Ich bin zwar zur Zeit in einer supernetten Gilde namens Dynastie, aber als einziger Österreicher fühlt man sich da doch trotz mehrerer Spieler alleine. Es war zwar ein anderer Österreicher in der Gilde, aber der hat Server gewechselt, weil der Progress in der Gildezu langsam voranging.

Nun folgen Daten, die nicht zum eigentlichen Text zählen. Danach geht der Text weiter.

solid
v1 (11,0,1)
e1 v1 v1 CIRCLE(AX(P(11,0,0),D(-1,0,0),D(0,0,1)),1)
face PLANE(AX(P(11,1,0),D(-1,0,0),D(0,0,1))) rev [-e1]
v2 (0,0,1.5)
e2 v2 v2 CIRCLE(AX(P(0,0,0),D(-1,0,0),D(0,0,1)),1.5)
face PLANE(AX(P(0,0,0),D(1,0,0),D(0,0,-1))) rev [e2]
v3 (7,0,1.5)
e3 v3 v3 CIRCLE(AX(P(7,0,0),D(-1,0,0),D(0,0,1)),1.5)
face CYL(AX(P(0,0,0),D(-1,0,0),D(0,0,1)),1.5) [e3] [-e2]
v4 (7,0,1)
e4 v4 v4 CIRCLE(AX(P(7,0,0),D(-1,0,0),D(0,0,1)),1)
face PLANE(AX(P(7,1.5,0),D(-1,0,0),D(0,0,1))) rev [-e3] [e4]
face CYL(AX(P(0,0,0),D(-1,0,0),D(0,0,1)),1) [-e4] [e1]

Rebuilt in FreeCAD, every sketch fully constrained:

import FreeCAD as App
import Part
import Sketcher
from FreeCAD import Vector
Q = App.Units.Quantity

doc = App.newDocument("Part")
params = doc.addObject("Spreadsheet::Sheet", "Params")
for row, (alias, value) in enumerate([
    ("sketch1_width", "11 mm"),
    ("sketch1_width2", "4 mm"),
    ("sketch1_height", "1 mm"),
    ("sketch1_height2", "1.5 mm"),
    ("revolution_angle", "360 deg"),
], start=1):
    params.set(f"A{row}", alias)
    params.set(f"B{row}", "=" + value)
    params.setAlias(f"B{row}", alias)

body = doc.addObject("PartDesign::Body", "Body")

# Sketch on XY plane
sketch1 = doc.addObject("Sketcher::SketchObject", "Sketch")
body.addObject(sketch1)
sketch1.AttachmentSupport = (doc.XY_Plane, [""])
sketch1.MapMode = "FlatFace"
sketch1.addGeometry([
    Part.LineSegment(Vector(0, 1.5, 0), Vector(0, 0, 0)),  # 0
    Part.LineSegment(Vector(0, 0, 0), Vector(11, 0, 0)),  # 1
    Part.LineSegment(Vector(11, 0, 0), Vector(11, 1, 0)),  # 2
    Part.LineSegment(Vector(11, 1, 0), Vector(7, 1, 0)),  # 3
    Part.LineSegment(Vector(7, 1, 0), Vector(7, 1.5, 0)),  # 4
    Part.LineSegment(Vector(7, 1.5, 0), Vector(0, 1.5, 0)),  # 5
], False)
sketch1.addConstraint([
    Sketcher.Constraint("Coincident", 0, 2, 1, 1),
    Sketcher.Constraint("Coincident", 1, 2, 2, 1),
    Sketcher.Constraint("Coincident", 2, 2, 3, 1),
    Sketcher.Constraint("Coincident", 3, 2, 4, 1),
    Sketcher.Constraint("Coincident", 4, 2, 5, 1),
    Sketcher.Constraint("Coincident", 5, 2, 0, 1),
    Sketcher.Constraint("Vertical", 0),
    Sketcher.Constraint("Horizontal", 1),
    Sketcher.Constraint("Vertical", 2),
    Sketcher.Constraint("Horizontal", 3),
    Sketcher.Constraint("Vertical", 4),
    Sketcher.Constraint("Horizontal", 5),
    Sketcher.Constraint("Coincident", 0, 2, -1, 1),
    Sketcher.Constraint("DistanceX", 1, 1, 1, 2, Q("11 mm")),
    Sketcher.Constraint("DistanceX", 3, 2, 3, 1, Q("4 mm")),
    Sketcher.Constraint("DistanceY", 2, 1, 2, 2, Q("1 mm")),
    Sketcher.Constraint("DistanceY", 0, 2, 0, 1, Q("1.5 mm")),
])
sketch1.setExpression("Constraints[13]", "Params.sketch1_width")
sketch1.setExpression("Constraints[14]", "Params.sketch1_width2")
sketch1.setExpression("Constraints[15]", "Params.sketch1_height")
sketch1.setExpression("Constraints[16]", "Params.sketch1_height2")
revolution = doc.addObject("PartDesign::Revolution", "Revolution")
body.addObject(revolution)
revolution.Profile = sketch1
revolution.ReferenceAxis = (sketch1, ["H_Axis"])
revolution.setExpression("Angle", "Params.revolution_angle")

doc.recompute()
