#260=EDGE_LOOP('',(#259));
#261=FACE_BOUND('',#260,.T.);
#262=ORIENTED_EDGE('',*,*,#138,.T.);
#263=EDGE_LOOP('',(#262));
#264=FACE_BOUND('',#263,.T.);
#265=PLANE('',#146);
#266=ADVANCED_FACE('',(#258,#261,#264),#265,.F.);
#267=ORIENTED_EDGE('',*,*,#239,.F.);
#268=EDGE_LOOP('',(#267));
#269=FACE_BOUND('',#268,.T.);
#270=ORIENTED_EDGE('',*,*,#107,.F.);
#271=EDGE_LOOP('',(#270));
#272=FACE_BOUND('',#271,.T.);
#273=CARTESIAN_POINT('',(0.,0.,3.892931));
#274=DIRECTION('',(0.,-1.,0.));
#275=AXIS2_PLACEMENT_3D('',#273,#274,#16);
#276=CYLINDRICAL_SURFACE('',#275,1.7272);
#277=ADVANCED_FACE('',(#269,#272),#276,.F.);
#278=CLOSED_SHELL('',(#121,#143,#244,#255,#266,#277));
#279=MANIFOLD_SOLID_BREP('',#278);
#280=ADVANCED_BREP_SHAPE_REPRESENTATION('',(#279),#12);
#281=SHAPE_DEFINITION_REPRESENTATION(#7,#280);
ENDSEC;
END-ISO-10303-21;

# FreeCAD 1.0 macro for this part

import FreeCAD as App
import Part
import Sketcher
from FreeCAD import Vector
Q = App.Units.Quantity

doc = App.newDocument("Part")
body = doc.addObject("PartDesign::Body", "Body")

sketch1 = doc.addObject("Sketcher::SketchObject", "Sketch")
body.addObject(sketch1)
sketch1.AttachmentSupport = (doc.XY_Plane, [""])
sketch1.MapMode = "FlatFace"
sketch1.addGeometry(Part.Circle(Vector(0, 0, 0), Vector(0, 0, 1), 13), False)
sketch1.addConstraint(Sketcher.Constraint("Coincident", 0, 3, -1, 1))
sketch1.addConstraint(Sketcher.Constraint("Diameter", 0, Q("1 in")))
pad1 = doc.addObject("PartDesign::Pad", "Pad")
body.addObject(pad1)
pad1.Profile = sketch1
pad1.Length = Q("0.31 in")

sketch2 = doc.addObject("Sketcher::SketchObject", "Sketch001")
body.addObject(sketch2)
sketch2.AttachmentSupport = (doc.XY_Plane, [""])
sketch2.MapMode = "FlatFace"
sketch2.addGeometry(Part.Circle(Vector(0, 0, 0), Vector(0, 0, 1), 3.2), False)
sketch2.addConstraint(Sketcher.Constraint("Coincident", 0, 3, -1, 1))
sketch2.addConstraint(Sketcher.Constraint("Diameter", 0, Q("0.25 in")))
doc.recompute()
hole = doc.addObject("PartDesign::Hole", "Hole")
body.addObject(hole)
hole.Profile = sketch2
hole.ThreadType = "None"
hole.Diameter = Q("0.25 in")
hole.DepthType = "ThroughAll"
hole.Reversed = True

Würde mich freuen wenn ich ein paar Vorschläge über Gilden bekomme wo ich das finde was ich suche 
Ahja...ich bin 28 Jahre und habe auch Reallife, will mich aber von WoW nicht verabschieden und trotzdem den Endcontent in dem Game erreichen.

Snooza,
Hunter (ooooder Mage stillgelegt seit 4.2.x und jederzeit wieder zum reaktivieren Bereit) und bekennender Klicker und nicht Boarder...auch wenns stressiger sein könnte


----------



## RedShirt (14. Dezember 2011)

Progress heißt mitunter 4-7 Raidtage die Woche, da müsstest Du ein wenig feiner formulieren. :-)
Effizient != Progress. Alles nh clearen in einem Try ist effizient. Jede Woche in 2h durch.
5h wipen an einem Hardmode, um den Boss zu legen, ist Progress.


----------



## Snooza (14. Dezember 2011)

Nja, mann kann auch Progressen in den vorgegeben Raidzeiten 2-3 Tage in der Woche, meist zw. 19.00h und 23.00h. Das Wipen ist anfangs vorprogrammiert und normal, mit einigermaßen fähigen Zusammenspielen einer fixen Gruppe stellen sich meist schnell die Erfolge ein. 5h Wipen ist zwar suboptimal, solange die Fehler aber erkannt werden ist es schon ein Fortschritt und 5h wipen ist bei max. 4h Raidzeit nicht drinnen 
nja...und 4-7Raidtage das wär dann schon Hardcore und würd sich mit dem RL nicht vereinbaren lassen, aber im Endeffekt soll Spaß und eine gesunde Ernsthaftigkeit kombiniert mit Zielstrebigkeit zum Erfolg führen


----------